Every GM vehicle has them pop riveted in, at least in the states that require a front plate by law. And once you take it off, you will have 3 holes!!!


----------



## 70AARCUDA (Nov 14, 2010)

...the RPO VK3, dealer-installed, package showed pop-rivets..._and bolts_. But, our local dealer really didn't know, since AZ doesn't require a front plate.


----------



## Dale_K (Jul 16, 2011)

I took mine off since there's no front plate in my state. It's held on by aluminum rivets. If you put a drill bit in the cener you can easily drill until the head falls off. Obviously there will be holes in the bumper cover when you're done. I've heard of folks using little rubber plugs for the holes with kind of small mushroom caps but I haven't done anything yet.


----------



## Drewsiph87 (Feb 17, 2011)

FieroItaliano85 said:


> Every GM vehicle has them pop riveted in, at least in the states that require a front plate by law. And once you take it off, you will have 3 holes!!!


Mine had NO rivets holding it on. Juts four screws under the plate. I lived in MD when I bought the car which required both front and back, then I moved to PA which only requires the back so I removed my front plat holder.


----------



## Smurfenstein (Nov 16, 2011)

I have a 2012 LS in CA and its simply 4 regular Phillips head screws.


----------



## Robby (Mar 1, 2013)

The front plate holder is packaged with rivets, to attach it to the car, and screws, to attach the plate to the holder.

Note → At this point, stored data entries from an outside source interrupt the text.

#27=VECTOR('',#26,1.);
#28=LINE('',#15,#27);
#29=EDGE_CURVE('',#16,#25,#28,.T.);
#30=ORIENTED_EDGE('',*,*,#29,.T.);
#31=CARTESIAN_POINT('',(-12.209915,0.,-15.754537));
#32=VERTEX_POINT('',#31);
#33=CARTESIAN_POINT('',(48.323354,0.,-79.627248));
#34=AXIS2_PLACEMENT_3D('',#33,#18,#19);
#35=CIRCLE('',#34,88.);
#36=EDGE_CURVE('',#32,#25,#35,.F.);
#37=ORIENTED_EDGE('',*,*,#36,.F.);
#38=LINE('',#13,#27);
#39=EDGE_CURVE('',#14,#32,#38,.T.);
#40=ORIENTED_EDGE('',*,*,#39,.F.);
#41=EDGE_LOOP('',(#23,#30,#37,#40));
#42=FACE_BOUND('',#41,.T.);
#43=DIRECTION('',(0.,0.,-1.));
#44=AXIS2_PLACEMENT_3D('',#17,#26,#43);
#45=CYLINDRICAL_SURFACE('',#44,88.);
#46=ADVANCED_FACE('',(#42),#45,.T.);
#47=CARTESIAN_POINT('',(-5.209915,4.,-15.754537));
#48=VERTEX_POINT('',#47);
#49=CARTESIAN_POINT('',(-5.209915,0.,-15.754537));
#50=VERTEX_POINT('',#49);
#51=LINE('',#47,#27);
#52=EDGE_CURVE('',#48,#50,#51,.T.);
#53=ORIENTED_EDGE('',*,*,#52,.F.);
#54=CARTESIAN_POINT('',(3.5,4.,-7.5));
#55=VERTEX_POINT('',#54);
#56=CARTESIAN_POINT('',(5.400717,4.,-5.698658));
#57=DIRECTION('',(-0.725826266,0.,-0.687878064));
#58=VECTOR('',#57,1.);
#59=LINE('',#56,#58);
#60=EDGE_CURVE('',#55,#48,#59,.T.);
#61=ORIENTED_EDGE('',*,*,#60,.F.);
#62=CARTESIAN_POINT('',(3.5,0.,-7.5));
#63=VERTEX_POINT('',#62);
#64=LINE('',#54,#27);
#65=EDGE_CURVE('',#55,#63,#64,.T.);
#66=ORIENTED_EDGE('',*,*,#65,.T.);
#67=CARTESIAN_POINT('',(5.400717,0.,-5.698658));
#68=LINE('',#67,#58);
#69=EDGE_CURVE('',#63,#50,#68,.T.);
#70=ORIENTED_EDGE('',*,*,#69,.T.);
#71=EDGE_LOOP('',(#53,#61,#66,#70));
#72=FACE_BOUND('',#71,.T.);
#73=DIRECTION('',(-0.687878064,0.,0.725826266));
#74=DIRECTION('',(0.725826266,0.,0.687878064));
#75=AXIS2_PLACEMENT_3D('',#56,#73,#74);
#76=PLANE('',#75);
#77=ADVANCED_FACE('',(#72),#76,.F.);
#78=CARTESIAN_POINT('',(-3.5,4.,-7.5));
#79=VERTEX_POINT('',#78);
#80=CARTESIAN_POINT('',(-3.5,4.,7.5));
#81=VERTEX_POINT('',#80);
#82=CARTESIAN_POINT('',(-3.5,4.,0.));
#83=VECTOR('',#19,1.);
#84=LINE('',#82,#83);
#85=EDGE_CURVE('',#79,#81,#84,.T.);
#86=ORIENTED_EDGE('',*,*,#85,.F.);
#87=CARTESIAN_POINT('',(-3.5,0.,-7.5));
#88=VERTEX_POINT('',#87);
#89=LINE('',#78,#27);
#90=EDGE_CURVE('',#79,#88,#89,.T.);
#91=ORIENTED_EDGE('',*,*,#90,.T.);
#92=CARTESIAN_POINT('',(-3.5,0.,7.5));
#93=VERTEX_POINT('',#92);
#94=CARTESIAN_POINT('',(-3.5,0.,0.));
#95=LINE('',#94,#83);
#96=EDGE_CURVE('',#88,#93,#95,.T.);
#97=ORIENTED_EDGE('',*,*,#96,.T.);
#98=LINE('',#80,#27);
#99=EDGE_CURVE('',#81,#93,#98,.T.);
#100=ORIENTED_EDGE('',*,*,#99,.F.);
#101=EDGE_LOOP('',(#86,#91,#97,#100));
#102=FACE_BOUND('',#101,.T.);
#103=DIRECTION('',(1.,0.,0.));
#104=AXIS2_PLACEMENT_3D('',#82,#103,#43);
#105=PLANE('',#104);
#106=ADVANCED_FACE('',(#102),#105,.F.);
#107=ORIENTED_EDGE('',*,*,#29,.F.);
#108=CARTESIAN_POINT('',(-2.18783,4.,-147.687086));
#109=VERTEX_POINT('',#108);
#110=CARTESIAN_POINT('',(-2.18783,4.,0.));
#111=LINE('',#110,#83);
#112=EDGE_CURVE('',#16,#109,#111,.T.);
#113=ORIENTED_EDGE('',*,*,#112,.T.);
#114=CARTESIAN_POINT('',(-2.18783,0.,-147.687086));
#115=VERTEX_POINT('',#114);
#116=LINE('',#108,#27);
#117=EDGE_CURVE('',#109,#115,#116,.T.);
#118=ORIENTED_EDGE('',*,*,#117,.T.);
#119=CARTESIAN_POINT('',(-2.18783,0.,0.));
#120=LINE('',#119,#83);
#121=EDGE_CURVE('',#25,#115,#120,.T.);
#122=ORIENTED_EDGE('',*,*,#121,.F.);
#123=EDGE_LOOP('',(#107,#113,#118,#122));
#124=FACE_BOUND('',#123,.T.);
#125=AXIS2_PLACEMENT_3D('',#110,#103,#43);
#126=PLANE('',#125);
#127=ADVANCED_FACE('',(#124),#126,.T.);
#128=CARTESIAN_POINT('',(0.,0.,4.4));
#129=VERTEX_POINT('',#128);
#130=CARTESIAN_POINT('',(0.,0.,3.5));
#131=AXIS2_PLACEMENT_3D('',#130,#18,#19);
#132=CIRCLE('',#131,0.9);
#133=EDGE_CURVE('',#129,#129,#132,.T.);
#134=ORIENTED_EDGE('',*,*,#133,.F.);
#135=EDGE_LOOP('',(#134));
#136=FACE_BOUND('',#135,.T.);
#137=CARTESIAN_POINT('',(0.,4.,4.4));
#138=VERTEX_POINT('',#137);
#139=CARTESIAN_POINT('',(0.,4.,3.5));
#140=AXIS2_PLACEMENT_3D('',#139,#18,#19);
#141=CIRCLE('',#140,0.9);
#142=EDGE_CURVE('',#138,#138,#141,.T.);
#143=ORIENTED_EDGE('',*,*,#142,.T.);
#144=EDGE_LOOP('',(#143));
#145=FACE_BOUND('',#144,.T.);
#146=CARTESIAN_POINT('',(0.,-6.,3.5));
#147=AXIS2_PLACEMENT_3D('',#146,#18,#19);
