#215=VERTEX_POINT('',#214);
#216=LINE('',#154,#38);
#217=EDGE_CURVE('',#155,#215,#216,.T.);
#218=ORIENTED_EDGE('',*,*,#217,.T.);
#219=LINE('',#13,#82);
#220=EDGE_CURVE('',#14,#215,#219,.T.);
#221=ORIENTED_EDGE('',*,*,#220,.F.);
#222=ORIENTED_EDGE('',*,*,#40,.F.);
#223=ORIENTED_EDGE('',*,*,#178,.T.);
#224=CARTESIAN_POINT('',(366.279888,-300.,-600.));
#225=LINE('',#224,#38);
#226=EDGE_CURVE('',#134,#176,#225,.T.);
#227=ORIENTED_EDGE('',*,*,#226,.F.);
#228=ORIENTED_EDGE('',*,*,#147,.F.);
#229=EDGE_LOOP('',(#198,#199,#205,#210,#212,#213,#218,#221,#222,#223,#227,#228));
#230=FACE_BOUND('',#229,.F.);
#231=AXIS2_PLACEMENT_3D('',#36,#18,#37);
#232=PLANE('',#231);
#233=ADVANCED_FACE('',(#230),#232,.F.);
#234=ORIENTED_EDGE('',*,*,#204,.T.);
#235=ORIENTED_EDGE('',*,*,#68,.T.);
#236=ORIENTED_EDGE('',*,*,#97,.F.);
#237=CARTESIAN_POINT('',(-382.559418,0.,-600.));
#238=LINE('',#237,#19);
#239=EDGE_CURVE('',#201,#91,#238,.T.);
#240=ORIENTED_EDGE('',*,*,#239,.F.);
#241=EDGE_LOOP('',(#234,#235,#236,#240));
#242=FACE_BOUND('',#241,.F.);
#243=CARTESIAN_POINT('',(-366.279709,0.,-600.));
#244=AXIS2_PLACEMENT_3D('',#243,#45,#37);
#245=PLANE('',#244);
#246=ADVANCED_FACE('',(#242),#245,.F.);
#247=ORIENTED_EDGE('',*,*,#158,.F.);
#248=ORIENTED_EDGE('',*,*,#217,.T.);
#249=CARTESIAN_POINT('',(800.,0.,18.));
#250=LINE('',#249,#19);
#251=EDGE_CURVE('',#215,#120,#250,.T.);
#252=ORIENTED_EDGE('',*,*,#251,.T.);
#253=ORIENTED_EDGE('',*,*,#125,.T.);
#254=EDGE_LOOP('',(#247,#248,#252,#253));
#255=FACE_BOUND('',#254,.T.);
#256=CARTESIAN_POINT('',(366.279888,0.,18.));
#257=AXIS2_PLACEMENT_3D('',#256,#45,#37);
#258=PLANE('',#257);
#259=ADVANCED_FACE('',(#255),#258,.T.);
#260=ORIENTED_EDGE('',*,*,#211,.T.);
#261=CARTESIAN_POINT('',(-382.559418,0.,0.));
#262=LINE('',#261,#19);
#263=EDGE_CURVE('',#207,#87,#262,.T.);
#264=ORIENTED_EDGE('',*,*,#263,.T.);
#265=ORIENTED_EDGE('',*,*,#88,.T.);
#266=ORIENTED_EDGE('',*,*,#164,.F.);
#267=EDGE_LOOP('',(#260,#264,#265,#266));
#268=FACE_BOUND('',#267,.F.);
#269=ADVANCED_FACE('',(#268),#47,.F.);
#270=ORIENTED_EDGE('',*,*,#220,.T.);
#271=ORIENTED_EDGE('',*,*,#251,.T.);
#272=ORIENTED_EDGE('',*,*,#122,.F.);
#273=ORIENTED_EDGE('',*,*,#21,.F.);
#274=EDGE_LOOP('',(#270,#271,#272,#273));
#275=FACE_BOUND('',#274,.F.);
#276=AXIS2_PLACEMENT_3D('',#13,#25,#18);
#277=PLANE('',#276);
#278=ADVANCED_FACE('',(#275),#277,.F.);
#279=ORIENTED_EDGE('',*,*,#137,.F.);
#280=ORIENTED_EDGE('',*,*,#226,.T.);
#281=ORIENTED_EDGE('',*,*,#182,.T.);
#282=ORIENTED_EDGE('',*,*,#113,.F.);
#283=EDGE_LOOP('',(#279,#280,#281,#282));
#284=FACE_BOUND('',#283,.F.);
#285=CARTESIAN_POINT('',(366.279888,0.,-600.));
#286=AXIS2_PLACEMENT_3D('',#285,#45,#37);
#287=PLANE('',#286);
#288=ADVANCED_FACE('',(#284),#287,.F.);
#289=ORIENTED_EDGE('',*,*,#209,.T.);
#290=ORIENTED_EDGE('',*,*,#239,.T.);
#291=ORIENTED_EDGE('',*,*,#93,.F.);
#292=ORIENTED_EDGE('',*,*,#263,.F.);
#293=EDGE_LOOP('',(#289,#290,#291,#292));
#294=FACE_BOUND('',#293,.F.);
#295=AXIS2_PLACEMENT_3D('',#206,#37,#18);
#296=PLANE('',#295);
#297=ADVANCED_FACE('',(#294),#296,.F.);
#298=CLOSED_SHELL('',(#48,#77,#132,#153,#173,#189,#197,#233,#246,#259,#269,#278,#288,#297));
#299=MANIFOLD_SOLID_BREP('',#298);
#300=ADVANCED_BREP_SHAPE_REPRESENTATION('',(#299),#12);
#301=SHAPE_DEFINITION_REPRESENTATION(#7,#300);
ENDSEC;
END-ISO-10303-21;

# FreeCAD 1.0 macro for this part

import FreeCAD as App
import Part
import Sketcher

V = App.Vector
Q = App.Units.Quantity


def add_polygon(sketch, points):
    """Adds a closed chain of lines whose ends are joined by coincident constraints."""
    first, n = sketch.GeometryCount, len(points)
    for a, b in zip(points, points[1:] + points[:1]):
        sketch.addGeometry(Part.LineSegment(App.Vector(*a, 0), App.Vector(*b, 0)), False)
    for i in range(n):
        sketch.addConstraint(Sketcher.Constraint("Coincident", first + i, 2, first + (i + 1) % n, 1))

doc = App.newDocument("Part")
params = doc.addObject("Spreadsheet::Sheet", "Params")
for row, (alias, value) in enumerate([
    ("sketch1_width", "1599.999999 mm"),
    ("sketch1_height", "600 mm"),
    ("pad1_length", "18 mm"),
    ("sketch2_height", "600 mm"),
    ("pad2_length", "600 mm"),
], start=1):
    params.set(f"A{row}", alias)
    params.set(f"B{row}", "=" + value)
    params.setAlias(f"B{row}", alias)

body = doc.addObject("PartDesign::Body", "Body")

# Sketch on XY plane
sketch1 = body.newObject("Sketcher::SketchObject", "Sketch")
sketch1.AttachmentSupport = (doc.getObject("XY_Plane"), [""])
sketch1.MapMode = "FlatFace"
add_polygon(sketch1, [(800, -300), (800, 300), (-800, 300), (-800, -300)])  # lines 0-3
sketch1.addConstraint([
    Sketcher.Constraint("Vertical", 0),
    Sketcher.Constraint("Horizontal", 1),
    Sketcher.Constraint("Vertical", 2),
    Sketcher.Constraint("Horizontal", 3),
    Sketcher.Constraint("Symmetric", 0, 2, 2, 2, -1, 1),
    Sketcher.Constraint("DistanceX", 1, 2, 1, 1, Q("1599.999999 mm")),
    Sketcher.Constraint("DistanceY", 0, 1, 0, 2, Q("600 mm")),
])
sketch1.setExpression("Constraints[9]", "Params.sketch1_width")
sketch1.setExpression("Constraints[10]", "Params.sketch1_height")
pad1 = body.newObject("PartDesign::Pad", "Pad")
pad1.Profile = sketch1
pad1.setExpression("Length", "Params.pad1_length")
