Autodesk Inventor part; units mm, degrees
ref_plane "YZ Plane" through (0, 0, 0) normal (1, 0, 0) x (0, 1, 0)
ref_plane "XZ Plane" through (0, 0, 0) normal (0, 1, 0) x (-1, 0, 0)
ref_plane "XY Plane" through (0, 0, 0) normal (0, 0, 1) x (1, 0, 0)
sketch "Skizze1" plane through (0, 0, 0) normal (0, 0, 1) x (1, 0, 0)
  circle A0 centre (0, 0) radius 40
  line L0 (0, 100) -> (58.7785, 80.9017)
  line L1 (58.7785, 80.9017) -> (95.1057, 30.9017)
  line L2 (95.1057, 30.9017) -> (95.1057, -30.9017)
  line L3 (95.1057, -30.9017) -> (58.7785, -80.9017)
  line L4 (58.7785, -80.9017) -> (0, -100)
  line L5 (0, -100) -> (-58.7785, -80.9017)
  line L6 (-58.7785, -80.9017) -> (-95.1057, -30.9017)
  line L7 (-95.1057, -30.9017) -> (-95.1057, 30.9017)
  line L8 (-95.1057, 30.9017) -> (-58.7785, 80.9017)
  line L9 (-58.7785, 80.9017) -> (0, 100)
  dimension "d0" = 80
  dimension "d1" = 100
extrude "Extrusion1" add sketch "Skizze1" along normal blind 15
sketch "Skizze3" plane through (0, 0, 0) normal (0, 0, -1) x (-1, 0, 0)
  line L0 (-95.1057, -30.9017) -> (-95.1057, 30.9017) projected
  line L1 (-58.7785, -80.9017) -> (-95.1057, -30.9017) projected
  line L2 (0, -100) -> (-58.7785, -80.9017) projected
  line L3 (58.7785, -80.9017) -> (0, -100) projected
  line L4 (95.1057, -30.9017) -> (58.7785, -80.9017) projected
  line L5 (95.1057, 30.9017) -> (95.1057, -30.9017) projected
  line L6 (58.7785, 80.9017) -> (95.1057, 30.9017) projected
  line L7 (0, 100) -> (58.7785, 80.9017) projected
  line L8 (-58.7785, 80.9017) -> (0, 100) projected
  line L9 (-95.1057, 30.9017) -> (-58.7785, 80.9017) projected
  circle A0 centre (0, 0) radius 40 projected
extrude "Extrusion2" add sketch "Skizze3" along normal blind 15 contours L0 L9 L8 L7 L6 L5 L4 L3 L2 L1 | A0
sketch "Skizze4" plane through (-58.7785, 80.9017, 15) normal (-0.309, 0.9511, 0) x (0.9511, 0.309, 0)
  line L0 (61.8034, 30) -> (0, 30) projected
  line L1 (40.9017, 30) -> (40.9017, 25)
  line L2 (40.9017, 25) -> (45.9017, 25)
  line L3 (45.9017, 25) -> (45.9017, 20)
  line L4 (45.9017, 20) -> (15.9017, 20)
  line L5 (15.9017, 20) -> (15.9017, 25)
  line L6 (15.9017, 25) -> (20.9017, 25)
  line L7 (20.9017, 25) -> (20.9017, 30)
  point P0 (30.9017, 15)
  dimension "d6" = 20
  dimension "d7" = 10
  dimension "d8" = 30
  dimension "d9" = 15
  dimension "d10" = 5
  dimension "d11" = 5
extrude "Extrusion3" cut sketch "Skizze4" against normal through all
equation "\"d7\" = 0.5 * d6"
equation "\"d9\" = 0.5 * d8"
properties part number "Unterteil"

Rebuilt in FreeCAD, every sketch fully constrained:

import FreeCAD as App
import Part
import Sketcher
from FreeCAD import Vector
Q = App.Units.Quantity

doc = App.newDocument("Part")
params = doc.addObject("Spreadsheet::Sheet", "Params")
for row, (alias, value) in enumerate([
    ("sketch1_diameter", "80 mm"),
    ("pad1_length", "15 mm"),
    ("pad2_length", "15 mm"),
    ("sketch3_width", "20 mm"),
    ("sketch3_width2", "5 mm"),
], start=1):
    params.set(f"A{row}", alias)
    params.set(f"B{row}", "=" + value)
    params.setAlias(f"B{row}", alias)

body = doc.addObject("PartDesign::Body", "Body")

# Sketch on XY plane
sketch1 = body.newObject("Sketcher::SketchObject", "Sketch")
sketch1.AttachmentSupport = (doc.getObject("XY_Plane"), [""])
sketch1.MapMode = "FlatFace"
sketch1.addGeometry([
    Part.LineSegment(Vector(58.7785, 80.9017, 0), Vector(0, 100, 0)),  # 0
    Part.LineSegment(Vector(0, 100, 0), Vector(-58.7785, 80.9017, 0)),  # 1
    Part.LineSegment(Vector(-58.7785, 80.9017, 0), Vector(-95.1057, 30.9017, 0)),  # 2
    Part.LineSegment(Vector(-95.1057, 30.9017, 0), Vector(-95.1057, -30.9017, 0)),  # 3
    Part.LineSegment(Vector(-95.1057, -30.9017, 0), Vector(-58.7785, -80.9017, 0)),  # 4
    Part.LineSegment(Vector(-58.7785, -80.9017, 0), Vector(0, -100, 0)),  # 5
    Part.LineSegment(Vector(0, -100, 0), Vector(58.7785, -80.9017, 0)),  # 6
    Part.LineSegment(Vector(58.7785, -80.9017, 0), Vector(95.1057, -30.9017, 0)),  # 7
    Part.LineSegment(Vector(95.1057, -30.9017, 0), Vector(95.1057, 30.9017, 0)),  # 8
    Part.LineSegment(Vector(95.1057, 30.9017, 0), Vector(58.7785, 80.9017, 0)),  # 9
    Part.Circle(Vector(0, 0, 0), Vector(0, 0, 1), 40),  # 10
], False)
sketch1.addConstraint([
    Sketcher.Constraint("Coincident", 0, 2, 1, 1),
    Sketcher.Constraint("Coincident", 1, 2, 2, 1),
    Sketcher.Constraint("Coincident", 2, 2, 3, 1),
    Sketcher.Constraint("Coincident", 3, 2, 4, 1),
    Sketcher.Constraint("Coincident", 4, 2, 5, 1),
    Sketcher.Constraint("Coincident", 5, 2, 6, 1),
    Sketcher.Constraint("Coincident", 6, 2, 7, 1),
    Sketcher.Constraint("Coincident", 7, 2, 8, 1),
    Sketcher.Constraint("Coincident", 8, 2, 9, 1),
    Sketcher.Constraint("Coincident", 9, 2, 0, 1),
    Sketcher.Constraint("Vertical", 3),
    Sketcher.Constraint("Vertical", 8),
    Sketcher.Constraint("Coincident", 10, 3, -1, 1),
    Sketcher.Constraint("Symmetric", 0, 2, 5, 2, -1, 1),
    Sketcher.Constraint("Symmetric", 1, 2, 6, 2, -1, 1),
    Sketcher.Constraint("Symmetric", 2, 2, 7, 2, -1, 1),
    Sketcher.Constraint("Symmetric", 4, 2, 9, 2, -1, 1),
    Sketcher.Constraint("Symmetric", 4, 2, 6, 2, -2),
    Sketcher.Constraint("PointOnObject", 0, 2, -2),
    Sketcher.Constraint("Parallel", 4, 9),
    Sketcher.Constraint("Horizontal", 3, 2, 7, 2),
    Sketcher.Constraint("Equal", 1, 2),
    Sketcher.Constraint("Diameter", 10, 80.0),
    Sketcher.Constraint("DistanceY", -1, 1, 0, 2, 100.0),
    Sketcher.Constraint("Angle", 0, Q("162 deg")),
    Sketcher.Constraint("Angle", 2, Q("-126 deg")),
    Sketcher.Constraint("DistanceY", 2, 2, 1, 2, 50.0),
])
sketch1.setExpression("Constraints[22]", "Params.sketch1_diameter")
pad1 = body.newObject("PartDesign::Pad", "Pad")
pad1.Profile = sketch1
pad1.setExpression("Length", "Params.pad1_length")

# Sketch on XY plane
sketch2 = body.newObject("Sketcher::SketchObject", "Sketch001")
sketch2.AttachmentSupport = (doc.getObject("XY_Plane"), [""])
sketch2.MapMode = "FlatFace"
sketch2.addGeometry([
    Part.LineSegment(Vector(95.1057, 30.9017, 0), Vector(95.1057, -30.9017, 0)),  # 0
    Part.LineSegment(Vector(95.1057, -30.9017, 0), Vector(58.7785, -80.9017, 0)),  # 1
    Part.LineSegment(Vector(58.7785, -80.9017, 0), Vector(0, -100, 0)),  # 2
    Part.LineSegment(Vector(0, -100, 0), Vector(-58.7785, -80.9017, 0)),  # 3
    Part.LineSegment(Vector(-58.7785, -80.9017, 0), Vector(-95.1057, -30.9017, 0)),  # 4
    Part.LineSegment(Vector(-95.1057, -30.9017, 0), Vector(-95.1057, 30.9017, 0)),  # 5
    Part.LineSegment(Vector(-95.1057, 30.9017, 0), Vector(-58.7785, 80.9017, 0)),  # 6
    Part.LineSegment(Vector(-58.7785, 80.9017, 0), Vector(0, 100, 0)),  # 7
    Part.LineSegment(Vector(0, 100, 0), Vector(58.7785, 80.9017, 0)),  # 8
    Part.LineSegment(Vector(58.7785, 80.9017, 0), Vector(95.1057, 30.9017, 0)),  # 9
], False)
sketch2.addConstraint([
    Sketcher.Constraint("Coincident", 0, 2, 1, 1),
    Sketcher.Constraint("Coincident", 1, 2, 2, 1),
    Sketcher.Constraint("Coincident", 2, 2, 3, 1),
    Sketcher.Constraint("Coincident", 3, 2, 4, 1),
    Sketcher.Constraint("Coincident", 4, 2, 5, 1),
    Sketcher.Constraint("Coincident", 5, 2, 6, 1),
    Sketcher.Constraint("Coincident", 6, 2, 7, 1),
    Sketcher.Constraint("Coincident", 7, 2, 8, 1),
    Sketcher.Constraint("Coincident", 8, 2, 9, 1),
    Sketcher.Constraint("Coincident", 9, 2, 0, 1),
    Sketcher.Constraint("Vertical", 0),
    Sketcher.Constraint("Vertical", 5),
    Sketcher.Constraint("Symmetric", 0, 2, 5, 2, -1, 1),
    Sketcher.Constraint("Symmetric", 1, 2, 6, 2, -1, 1),
    Sketcher.Constraint("Symmetric", 2, 2, 7, 2, -1, 1),
    Sketcher.Constraint("Symmetric", 3, 2, 8, 2, -1, 1),
    Sketcher.Constraint("Symmetric", 1, 2, 3, 2, -2),
    Sketcher.Constraint("PointOnObject", 2, 2, -2),
    Sketcher.Constraint("Parallel", 4, 9),
    Sketcher.Constraint("Horizontal", 0, 2, 4, 2),
    Sketcher.Constraint("Equal", 1, 2),
    Sketcher.Constraint("Angle", 1, Q("-126 deg")),
    Sketcher.Constraint("Angle", 2, Q("-162 deg")),
    Sketcher.Constraint("DistanceY", 2, 2, -1, 1, 100.0),
    Sketcher.Constraint("DistanceY", 1, 2, 0, 2, 50.0),
])
pad2 = body.newObject("PartDesign::Pad", "Pad001")
pad2.Profile = sketch2
pad2.setExpression("Length", "Params.pad2_length")
pad2.Reversed = True

# Sketch on an angled plane
sketch3 = body.newObject("Sketcher::SketchObject", "Sketch002")
sketch3.Placement = App.Placement(Vector(-58.7785, 80.9017, 15), App.Rotation(Vector(0.951056516, 0.309016994, 0), Vector(0, 0, -0.999999999), Vector(-0.309016994, 0.951056516, 0), "ZXY"))
sketch3.addGeometry([
    Part.LineSegment(Vector(40.9017, 25, 0), Vector(40.9017, 30, 0)),  # 0
    Part.LineSegment(Vector(40.9017, 30, 0), Vector(20.9017, 30, 0)),  # 1
    Part.LineSegment(Vector(20.9017, 30, 0), Vector(20.9017, 25, 0)),  # 2
    Part.LineSegment(Vector(20.9017, 25, 0), Vector(15.9017, 25, 0)),  # 3
    Part.LineSegment(Vector(15.9017, 25, 0), Vector(15.9017, 20, 0)),  # 4
    Part.LineSegment(Vector(15.9017, 20, 0), Vector(45.9017, 20, 0)),  # 5
    Part.LineSegment(Vector(45.9017, 20, 0), Vector(45.9017, 25, 0)),  # 6
    Part.LineSegment(Vector(45.9017, 25, 0), Vector(40.9017, 25, 0)),  # 7
], False)
sketch3.addConstraint([
    Sketcher.Constraint("Coincident", 0, 2, 1, 1),
    Sketcher.Constraint("Coincident", 1, 2, 2, 1),
    Sketcher.Constraint("Coincident", 2, 2, 3, 1),
    Sketcher.Constraint("Coincident", 3, 2, 4, 1),
    Sketcher.Constraint("Coincident", 4, 2, 5, 1),
    Sketcher.Constraint("Coincident", 5, 2, 6, 1),
    Sketcher.Constraint("Coincident", 6, 2, 7, 1),
    Sketcher.Constraint("Coincident", 7, 2, 0, 1),
    Sketcher.Constraint("Vertical", 0),
    Sketcher.Constraint("Horizontal", 1),
    Sketcher.Constraint("Vertical", 2),
    Sketcher.Constraint("Horizontal", 3),
    Sketcher.Constraint("Vertical", 4),
    Sketcher.Constraint("Horizontal", 5),
    Sketcher.Constraint("Vertical", 6),
    Sketcher.Constraint("Horizontal", 7),
    Sketcher.Constraint("Horizontal", 3, 2, 6, 2),
    Sketcher.Constraint("Equal", 3, 7),
    Sketcher.Constraint("Equal", 7, 0),
    Sketcher.Constraint("Equal", 2, 4),
    Sketcher.Constraint("DistanceX", 1, 2, 1, 1, 20.0),
    Sketcher.Constraint("DistanceX", 3, 2, 3, 1, 5.0),
    Sketcher.Constraint("DistanceY", -1, 1, 0, 2, 30.0),
    Sketcher.Constraint("DistanceX", -1, 1, 0, 2, 40.9017),
])
sketch3.setExpression("Constraints[20]", "Params.sketch3_width")
sketch3.setExpression("Constraints[21]", "Params.sketch3_width2")
pocket1 = body.newObject("PartDesign::Pocket", "Pocket")
pocket1.Profile = sketch3
pocket1.Type = "ThroughAll"

doc.recompute()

The rivet grips the bumper better than self tapping screws and those who have been through some of those nasty car washes (affectionatly known as 'grinders'), have found the plate and holder ripped off the bumper cover....now it has to be riveted on cause the holes are too damaged to hold a screw.

Rob


----------



## Cruzader13190 (Mar 8, 2013)

Anyone know a clean looking way to fill the holes from removing this? 


Sent from AutoGuide.com Free App


----------



## shaunvito87 (Nov 8, 2013)

Yeah I kust got my car regs in az i was from cali and I want to take this ugly thing off my car lol anyone have a post of it being done? Cant fine and thin on youtube


----------



## Daryl (Nov 10, 2013)

One thing I love about PA is you don't have to have a front plate. I've seen a few at the dealer with the mount on them, but I would never buy one with it. It would definitely be a lost sale.

Sent from my Droid Ultra


----------



## Eddy Cruze (Jan 10, 2014)

FieroItaliano85 said:


> Every GM vehicle has them pop riveted in, at least in the states that require a front plate by law. And once you take it off, you will have 3 holes!!!


 I want to know why GM has the NERVE in a non Plate State like Arizona to drill into your bumper, install a gaudy looking bracket, and charge you $15 to boot


----------



## spacedout (Dec 7, 2010)

Eddy Cruze said:


> I want to know why GM has the NERVE in a non Plate State like Arizona to drill into your bumper, install a gaudy looking bracket, and charge you $15 to boot


It was not GM that installed the bracket, but the selling dealer. 31 or of 50 states require both front and back plates, I would suspect the selling dealer is near a bordering state that does require the front one. Bonus List


----------